A:Oh well I have to go – I have to price jobs.

Q:Alright. So what travel would you be required to do in order to do that?

A:Well I've got to travel, say, from Glenorchy to Kingston and that and every so often we go to Devonport to price jobs up there, or Launceston.

Q:Yes and how frequently would you be required to do that type of work?

A:What to travel up north and price jobs?

Q:Yes and around the place.

A:I don't know, probably once a month, you know, six weeks."

  1. In The Registrar of Motor Vehicles v Eeles (supra) Neasey J referred to Strickland v Parsons with approval and said at p.26 with respect to the words "severe and unusual":

"[I] would express it in my own way as meaning, in the context, 'of unusual degree', so that the expression 'severe and unusual' means, 'severe and of unusual degree'. That is to say, the expression 'severe and unusual hardship' is intended by the legislature to be a compendious expression in which the two parts are complimentary. It follows, in my view, that some or all the circumstances which go to make the hardship severe may also make it of unusual degree. In other words, the two expressions have much the same meaning, which is I think what the legislature intended. 'Unusual' reinforces 'severe'."
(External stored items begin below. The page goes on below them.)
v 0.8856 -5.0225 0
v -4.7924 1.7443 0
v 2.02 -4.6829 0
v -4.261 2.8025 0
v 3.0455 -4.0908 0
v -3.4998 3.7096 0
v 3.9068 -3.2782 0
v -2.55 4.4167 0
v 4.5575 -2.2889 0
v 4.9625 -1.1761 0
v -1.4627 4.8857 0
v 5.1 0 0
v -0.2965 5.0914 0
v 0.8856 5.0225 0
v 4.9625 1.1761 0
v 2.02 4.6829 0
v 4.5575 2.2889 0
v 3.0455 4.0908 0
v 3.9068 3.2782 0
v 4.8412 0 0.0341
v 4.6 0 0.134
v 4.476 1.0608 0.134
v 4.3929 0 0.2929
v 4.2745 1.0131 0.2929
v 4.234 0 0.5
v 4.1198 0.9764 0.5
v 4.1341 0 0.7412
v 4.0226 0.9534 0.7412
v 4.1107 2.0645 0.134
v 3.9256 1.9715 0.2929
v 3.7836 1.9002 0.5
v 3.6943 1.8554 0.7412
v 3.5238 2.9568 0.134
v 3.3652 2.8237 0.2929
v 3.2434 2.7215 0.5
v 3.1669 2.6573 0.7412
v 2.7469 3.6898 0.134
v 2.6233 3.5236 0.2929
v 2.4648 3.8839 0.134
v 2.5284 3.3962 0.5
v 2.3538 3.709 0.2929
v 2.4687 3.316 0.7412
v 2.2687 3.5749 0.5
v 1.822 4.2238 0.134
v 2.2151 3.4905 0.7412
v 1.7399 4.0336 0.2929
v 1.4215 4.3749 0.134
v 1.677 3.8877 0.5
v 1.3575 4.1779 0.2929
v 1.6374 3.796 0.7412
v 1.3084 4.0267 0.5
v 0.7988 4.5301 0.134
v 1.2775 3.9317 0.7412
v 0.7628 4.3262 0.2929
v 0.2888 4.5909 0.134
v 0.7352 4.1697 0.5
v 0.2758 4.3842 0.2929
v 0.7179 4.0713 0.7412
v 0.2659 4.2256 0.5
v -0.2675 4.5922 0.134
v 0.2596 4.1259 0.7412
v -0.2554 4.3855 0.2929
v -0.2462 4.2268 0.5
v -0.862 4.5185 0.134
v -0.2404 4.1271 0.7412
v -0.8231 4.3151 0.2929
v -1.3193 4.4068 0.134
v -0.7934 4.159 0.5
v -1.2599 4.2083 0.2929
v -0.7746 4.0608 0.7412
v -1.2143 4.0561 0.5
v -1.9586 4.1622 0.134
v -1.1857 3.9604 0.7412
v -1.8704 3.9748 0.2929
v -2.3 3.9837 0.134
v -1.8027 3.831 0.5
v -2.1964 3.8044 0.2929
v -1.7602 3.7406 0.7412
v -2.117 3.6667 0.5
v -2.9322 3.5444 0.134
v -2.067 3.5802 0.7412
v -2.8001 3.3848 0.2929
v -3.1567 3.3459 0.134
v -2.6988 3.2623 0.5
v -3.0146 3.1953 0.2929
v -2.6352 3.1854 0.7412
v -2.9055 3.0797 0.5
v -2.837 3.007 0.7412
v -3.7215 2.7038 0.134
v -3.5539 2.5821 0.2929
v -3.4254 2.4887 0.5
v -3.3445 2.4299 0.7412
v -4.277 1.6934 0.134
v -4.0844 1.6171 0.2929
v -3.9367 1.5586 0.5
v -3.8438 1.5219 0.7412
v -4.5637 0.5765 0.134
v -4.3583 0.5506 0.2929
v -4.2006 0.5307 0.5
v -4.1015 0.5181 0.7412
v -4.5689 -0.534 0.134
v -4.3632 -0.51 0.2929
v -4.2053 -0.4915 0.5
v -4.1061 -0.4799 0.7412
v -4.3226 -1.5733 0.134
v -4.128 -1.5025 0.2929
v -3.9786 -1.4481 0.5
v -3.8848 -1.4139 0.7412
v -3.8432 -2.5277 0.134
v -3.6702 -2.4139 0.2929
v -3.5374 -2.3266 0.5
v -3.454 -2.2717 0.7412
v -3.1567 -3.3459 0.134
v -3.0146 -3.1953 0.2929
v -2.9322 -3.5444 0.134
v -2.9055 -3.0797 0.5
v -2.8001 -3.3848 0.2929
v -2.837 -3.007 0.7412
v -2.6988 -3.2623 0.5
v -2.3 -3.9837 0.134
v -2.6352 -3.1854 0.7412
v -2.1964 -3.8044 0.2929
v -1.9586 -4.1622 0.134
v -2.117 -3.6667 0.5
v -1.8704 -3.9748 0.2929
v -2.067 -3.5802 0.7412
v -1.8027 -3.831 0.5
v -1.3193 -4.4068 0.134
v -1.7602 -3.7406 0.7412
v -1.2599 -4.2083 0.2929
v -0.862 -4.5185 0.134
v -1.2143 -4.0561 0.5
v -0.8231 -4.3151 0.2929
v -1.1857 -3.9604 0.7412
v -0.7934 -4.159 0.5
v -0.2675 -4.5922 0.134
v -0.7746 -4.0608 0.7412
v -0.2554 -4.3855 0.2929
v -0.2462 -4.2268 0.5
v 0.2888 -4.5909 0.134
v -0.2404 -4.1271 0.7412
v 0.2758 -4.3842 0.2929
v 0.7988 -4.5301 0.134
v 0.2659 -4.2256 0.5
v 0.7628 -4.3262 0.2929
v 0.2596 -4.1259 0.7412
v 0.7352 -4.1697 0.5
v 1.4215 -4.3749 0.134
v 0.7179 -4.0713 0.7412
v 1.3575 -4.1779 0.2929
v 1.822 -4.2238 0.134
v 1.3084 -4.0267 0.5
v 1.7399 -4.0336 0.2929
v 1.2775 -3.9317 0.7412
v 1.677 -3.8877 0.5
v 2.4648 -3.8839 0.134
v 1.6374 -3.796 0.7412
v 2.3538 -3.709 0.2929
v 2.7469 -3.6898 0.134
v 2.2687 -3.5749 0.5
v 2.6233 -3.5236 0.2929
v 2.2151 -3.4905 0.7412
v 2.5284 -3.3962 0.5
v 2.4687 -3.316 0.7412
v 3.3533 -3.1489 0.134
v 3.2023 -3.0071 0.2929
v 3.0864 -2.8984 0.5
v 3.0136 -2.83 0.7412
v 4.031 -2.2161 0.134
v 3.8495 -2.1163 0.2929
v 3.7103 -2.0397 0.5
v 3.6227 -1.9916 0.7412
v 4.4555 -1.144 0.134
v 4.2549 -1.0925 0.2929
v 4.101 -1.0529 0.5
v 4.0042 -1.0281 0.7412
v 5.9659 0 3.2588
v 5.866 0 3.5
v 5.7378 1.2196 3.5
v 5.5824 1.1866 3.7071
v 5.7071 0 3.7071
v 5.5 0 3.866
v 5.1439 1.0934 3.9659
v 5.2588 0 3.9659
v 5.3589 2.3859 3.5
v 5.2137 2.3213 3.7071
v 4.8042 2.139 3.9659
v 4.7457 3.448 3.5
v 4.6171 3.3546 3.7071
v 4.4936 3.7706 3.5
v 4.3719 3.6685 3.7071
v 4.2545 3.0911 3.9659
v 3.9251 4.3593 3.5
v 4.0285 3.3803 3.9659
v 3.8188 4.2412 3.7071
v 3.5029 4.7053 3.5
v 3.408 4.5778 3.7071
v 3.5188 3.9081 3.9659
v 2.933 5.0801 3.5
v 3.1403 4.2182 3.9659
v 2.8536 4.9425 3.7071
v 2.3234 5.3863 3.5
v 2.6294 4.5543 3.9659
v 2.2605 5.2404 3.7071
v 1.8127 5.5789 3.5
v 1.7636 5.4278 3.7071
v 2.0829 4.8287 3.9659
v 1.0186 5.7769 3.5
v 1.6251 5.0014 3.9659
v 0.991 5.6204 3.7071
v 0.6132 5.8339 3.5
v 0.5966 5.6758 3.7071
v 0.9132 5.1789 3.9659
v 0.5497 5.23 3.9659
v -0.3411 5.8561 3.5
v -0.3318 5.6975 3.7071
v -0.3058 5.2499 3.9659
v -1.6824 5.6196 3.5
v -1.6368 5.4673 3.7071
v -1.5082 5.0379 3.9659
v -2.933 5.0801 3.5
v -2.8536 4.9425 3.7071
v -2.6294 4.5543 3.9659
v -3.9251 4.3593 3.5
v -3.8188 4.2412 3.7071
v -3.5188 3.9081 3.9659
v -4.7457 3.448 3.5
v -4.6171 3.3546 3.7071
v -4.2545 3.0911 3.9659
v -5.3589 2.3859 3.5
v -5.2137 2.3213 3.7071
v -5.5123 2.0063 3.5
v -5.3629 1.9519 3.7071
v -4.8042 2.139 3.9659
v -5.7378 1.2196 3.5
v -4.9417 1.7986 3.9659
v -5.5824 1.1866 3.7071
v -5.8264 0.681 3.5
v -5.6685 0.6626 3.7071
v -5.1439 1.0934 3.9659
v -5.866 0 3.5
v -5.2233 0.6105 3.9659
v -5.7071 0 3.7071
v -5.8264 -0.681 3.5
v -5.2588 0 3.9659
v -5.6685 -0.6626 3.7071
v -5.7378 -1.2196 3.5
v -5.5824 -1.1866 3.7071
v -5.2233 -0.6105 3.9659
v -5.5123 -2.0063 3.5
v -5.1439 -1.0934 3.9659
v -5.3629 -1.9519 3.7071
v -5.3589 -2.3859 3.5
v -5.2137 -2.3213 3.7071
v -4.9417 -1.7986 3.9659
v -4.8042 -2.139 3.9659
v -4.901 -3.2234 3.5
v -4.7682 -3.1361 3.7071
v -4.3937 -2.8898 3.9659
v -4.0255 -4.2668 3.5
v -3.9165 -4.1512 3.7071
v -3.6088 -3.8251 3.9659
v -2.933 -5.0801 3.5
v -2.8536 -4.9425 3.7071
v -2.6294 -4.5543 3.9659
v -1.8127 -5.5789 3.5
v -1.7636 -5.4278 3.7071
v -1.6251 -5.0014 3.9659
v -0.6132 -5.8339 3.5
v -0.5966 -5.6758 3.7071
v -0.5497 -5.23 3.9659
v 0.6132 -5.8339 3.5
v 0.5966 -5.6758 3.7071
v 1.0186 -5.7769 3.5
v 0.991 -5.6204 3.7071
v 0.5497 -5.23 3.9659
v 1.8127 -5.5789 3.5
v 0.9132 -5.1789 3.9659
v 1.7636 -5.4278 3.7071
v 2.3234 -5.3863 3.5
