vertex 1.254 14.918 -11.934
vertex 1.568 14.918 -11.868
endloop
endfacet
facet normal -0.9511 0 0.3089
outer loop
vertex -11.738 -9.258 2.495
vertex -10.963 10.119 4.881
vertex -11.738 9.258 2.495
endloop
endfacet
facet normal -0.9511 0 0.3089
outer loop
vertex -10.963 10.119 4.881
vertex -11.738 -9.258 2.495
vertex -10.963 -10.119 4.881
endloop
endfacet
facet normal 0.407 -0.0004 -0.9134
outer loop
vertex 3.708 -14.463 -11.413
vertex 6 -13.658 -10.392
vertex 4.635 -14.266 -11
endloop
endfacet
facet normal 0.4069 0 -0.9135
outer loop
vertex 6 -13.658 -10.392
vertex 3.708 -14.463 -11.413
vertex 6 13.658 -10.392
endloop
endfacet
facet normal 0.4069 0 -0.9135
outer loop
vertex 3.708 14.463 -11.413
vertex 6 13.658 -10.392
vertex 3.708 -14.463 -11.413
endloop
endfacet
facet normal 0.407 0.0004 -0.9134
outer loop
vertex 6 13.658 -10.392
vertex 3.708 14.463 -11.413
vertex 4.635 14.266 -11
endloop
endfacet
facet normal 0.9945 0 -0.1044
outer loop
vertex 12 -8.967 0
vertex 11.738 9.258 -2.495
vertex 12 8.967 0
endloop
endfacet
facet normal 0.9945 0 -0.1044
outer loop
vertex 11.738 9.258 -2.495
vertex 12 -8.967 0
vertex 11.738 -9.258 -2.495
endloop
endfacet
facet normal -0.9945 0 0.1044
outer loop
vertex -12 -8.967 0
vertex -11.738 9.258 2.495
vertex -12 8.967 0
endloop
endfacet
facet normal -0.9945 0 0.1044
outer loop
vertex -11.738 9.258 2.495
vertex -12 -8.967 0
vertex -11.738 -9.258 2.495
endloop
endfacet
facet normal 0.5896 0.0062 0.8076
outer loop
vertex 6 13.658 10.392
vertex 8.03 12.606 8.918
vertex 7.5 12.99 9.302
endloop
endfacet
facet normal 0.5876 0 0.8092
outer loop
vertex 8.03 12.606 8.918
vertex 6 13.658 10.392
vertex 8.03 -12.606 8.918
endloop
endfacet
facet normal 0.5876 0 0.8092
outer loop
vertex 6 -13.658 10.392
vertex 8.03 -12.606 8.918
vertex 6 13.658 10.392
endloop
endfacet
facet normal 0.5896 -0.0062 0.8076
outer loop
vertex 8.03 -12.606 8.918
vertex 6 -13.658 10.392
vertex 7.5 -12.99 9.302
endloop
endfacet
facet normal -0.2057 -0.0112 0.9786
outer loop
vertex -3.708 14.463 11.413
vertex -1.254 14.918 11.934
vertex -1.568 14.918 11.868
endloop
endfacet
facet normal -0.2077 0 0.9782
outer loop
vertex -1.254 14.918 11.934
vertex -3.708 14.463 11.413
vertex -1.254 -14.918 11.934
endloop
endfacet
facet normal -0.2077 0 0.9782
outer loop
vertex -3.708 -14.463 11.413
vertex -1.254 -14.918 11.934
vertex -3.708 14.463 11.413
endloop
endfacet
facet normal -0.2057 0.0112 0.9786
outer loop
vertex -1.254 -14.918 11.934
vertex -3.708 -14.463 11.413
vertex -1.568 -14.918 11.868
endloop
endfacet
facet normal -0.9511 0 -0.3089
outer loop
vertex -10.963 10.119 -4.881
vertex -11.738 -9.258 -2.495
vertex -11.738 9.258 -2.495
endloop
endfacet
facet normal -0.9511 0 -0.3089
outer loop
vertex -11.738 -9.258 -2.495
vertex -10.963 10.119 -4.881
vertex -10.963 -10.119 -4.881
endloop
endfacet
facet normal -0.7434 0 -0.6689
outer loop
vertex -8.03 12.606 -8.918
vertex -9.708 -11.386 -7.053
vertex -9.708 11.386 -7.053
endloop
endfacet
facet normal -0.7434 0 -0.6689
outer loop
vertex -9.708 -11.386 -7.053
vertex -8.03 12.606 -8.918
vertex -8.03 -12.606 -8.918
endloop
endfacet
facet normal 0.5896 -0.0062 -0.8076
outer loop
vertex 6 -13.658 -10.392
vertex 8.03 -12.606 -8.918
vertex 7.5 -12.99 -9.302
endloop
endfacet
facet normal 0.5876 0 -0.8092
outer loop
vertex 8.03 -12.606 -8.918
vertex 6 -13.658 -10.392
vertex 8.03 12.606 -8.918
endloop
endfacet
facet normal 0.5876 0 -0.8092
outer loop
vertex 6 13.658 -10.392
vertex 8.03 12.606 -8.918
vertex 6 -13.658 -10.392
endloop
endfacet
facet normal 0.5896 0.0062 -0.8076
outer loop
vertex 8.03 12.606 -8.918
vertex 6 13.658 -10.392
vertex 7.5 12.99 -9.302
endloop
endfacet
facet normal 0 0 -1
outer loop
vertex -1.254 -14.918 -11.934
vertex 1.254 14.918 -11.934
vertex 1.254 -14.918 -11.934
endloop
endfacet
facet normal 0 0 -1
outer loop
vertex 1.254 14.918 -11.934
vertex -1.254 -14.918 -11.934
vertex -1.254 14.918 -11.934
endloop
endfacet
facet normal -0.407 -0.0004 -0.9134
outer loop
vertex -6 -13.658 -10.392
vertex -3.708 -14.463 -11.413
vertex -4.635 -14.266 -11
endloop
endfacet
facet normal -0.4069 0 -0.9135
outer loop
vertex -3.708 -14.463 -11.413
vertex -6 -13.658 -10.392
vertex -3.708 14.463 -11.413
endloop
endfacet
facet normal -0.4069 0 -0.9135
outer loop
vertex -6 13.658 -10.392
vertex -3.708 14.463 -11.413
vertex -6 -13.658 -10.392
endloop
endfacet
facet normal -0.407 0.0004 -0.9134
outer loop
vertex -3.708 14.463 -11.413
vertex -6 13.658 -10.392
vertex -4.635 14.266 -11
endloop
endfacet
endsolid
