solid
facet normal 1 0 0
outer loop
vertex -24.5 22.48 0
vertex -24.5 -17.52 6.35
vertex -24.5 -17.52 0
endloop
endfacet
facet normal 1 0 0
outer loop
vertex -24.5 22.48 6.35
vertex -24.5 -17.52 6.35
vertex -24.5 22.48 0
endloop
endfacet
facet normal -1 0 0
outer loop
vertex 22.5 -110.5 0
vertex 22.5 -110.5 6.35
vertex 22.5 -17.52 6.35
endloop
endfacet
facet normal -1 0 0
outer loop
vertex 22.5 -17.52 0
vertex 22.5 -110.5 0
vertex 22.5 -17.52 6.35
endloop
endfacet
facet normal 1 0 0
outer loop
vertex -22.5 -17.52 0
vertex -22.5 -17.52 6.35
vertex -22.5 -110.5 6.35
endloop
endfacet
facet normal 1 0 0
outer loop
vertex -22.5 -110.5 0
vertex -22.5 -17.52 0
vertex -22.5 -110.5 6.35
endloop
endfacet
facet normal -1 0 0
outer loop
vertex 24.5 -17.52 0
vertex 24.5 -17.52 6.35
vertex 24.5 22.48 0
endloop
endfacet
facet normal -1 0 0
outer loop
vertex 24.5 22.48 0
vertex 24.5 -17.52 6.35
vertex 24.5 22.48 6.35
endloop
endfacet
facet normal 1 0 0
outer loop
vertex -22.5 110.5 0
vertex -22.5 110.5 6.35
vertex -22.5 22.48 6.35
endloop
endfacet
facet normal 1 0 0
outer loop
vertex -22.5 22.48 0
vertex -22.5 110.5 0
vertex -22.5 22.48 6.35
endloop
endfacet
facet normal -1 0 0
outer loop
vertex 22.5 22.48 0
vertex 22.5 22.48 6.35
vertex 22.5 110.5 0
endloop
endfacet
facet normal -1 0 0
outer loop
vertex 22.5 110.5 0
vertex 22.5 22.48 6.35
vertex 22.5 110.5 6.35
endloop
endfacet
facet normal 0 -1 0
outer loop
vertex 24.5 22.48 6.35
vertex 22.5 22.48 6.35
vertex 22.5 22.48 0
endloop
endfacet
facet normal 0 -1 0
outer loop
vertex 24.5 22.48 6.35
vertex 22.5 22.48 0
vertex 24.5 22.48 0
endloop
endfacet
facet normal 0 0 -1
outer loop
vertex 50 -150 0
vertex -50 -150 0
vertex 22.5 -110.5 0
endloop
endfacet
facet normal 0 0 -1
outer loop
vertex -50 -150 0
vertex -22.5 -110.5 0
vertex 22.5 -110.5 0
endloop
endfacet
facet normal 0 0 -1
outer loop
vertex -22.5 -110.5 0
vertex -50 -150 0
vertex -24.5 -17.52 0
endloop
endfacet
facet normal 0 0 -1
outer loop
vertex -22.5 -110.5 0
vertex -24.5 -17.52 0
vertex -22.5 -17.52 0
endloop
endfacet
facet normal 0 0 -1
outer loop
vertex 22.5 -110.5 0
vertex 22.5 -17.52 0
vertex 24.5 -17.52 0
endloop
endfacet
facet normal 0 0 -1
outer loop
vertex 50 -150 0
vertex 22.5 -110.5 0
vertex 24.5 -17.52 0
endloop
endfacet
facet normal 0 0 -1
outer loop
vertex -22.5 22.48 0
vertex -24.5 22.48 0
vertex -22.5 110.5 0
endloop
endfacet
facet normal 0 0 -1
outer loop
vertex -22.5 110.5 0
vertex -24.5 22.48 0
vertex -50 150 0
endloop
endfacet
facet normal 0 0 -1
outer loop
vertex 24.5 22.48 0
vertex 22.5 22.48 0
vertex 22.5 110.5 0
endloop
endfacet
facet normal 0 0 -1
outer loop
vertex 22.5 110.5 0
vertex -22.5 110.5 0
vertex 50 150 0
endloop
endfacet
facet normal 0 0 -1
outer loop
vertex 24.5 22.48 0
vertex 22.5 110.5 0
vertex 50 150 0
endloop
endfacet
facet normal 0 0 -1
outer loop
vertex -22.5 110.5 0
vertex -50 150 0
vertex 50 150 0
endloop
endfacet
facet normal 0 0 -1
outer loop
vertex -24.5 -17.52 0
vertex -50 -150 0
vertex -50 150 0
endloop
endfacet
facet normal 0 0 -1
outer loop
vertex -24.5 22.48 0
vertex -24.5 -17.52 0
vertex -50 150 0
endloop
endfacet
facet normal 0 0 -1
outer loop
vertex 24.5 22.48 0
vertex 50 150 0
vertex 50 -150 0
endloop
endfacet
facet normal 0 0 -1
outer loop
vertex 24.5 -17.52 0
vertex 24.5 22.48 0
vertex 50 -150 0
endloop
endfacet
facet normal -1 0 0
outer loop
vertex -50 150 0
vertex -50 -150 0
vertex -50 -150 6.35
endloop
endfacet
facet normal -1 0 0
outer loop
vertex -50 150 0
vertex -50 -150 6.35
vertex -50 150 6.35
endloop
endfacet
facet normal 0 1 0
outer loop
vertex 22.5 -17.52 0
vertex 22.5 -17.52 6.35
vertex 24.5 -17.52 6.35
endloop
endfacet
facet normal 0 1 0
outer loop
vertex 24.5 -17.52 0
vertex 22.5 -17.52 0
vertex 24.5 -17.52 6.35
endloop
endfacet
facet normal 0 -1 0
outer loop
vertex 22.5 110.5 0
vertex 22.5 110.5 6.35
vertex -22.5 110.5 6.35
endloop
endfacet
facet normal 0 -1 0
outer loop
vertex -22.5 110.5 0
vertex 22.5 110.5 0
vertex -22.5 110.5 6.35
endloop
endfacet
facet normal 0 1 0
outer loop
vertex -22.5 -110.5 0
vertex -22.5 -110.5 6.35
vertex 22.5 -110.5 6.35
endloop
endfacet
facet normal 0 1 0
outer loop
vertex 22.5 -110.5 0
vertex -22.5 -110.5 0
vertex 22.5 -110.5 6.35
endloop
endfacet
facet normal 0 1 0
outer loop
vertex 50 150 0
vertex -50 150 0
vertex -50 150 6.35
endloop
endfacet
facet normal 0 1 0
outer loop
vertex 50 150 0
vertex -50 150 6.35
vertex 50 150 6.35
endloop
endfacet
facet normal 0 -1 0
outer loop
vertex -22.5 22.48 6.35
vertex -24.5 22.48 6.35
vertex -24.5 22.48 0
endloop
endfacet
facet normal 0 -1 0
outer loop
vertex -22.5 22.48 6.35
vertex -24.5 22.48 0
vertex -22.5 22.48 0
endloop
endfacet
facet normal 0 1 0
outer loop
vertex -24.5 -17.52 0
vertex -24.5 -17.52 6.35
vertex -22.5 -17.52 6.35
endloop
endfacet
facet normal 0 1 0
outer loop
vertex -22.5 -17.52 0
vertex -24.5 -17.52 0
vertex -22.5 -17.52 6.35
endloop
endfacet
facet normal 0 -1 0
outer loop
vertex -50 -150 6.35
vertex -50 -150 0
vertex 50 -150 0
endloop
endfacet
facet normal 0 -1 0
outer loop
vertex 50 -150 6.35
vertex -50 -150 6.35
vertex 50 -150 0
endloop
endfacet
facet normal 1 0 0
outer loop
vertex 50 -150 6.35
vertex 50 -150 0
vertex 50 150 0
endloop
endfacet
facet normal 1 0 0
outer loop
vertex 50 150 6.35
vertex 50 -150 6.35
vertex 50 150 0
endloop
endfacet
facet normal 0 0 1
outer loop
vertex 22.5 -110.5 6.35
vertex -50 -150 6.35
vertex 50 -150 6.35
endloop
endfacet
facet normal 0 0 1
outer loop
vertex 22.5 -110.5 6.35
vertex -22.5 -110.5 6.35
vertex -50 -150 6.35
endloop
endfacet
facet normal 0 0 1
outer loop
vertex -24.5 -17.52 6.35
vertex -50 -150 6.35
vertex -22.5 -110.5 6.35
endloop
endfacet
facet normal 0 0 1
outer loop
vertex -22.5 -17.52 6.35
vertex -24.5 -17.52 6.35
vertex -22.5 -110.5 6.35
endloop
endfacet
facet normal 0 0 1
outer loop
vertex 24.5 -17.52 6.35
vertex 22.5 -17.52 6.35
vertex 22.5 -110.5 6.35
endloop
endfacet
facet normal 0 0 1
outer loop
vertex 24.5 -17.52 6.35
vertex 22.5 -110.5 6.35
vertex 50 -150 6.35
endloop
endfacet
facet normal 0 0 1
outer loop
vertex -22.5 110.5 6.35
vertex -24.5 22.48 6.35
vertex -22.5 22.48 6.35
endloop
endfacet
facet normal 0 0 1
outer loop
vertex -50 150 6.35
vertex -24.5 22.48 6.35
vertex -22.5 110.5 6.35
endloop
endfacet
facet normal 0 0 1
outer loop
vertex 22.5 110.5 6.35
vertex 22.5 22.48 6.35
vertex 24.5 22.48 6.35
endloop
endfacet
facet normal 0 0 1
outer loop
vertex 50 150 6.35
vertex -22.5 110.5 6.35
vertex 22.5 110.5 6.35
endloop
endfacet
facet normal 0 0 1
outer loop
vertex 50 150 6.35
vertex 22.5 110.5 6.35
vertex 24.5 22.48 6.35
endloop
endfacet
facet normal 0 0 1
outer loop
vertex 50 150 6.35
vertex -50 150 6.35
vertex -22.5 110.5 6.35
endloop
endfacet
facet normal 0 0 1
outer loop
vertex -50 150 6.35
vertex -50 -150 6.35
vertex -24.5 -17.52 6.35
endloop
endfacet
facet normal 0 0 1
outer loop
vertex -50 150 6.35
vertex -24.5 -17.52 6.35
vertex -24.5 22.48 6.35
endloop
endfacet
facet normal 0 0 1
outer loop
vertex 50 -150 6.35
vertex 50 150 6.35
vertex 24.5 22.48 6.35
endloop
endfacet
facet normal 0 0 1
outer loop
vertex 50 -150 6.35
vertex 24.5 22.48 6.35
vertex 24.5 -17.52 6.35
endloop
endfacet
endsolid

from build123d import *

# Parameters (mm, degrees)
F0_W     = 100
F0_H     = 300
F1_DEPTH = 6.35
F2_W     = 2
F2_H     = 40
F3_DEPTH = 25.4


# Not quite as in the source:
# - a length typed as a fraction of an inch, garbled in the dataset ("3 / 203.2 mm" for 3/8 in), is restored


with BuildPart() as f1:
    # F0 (on Top) → F1 (new body)
    with BuildSketch(Plane.XY):
        Rectangle(F0_W, F0_H)
    extrude(amount=F1_DEPTH)

    # F2 (on face) → F3 (cut)
    with BuildSketch(Plane.XY.offset(6.35)):
        Polygon((22.5, 22.48), (22.5, 110.5), (-22.5, 110.5), (-22.5, 22.48), (-22.5, -17.52), (-22.5, -110.5), (22.5, -110.5), (22.5, -17.52), align=None)
        with Locations((23.5, 2.48)):
            Rectangle(F2_W, F2_H)
        with Locations((-23.5, 2.48)):
            Rectangle(F2_W, F2_H)
    extrude(amount=-F3_DEPTH, mode=Mode.SUBTRACT)


solid = f1.part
See also Davidson v Registrar of Motor Vehicles (supra).

  1. With great respect to the learned magistrate I have reached the conclusion that his finding that the order of disqualification will impose or is imposing severe and unusual hardship is in error. Mindful of the question before this Court I have nonetheless reached the view that the evidence was not sufficient to satisfy the stringent test referred to above and that the finding of the learned magistrate was one which was not reasonably open on the evidence.

  1. It is unnecessary to consider the remaining ground of the motion to review. The motion to review is allowed, the order authorising the issue of a restricted licence quashed and the application for that order is dismissed.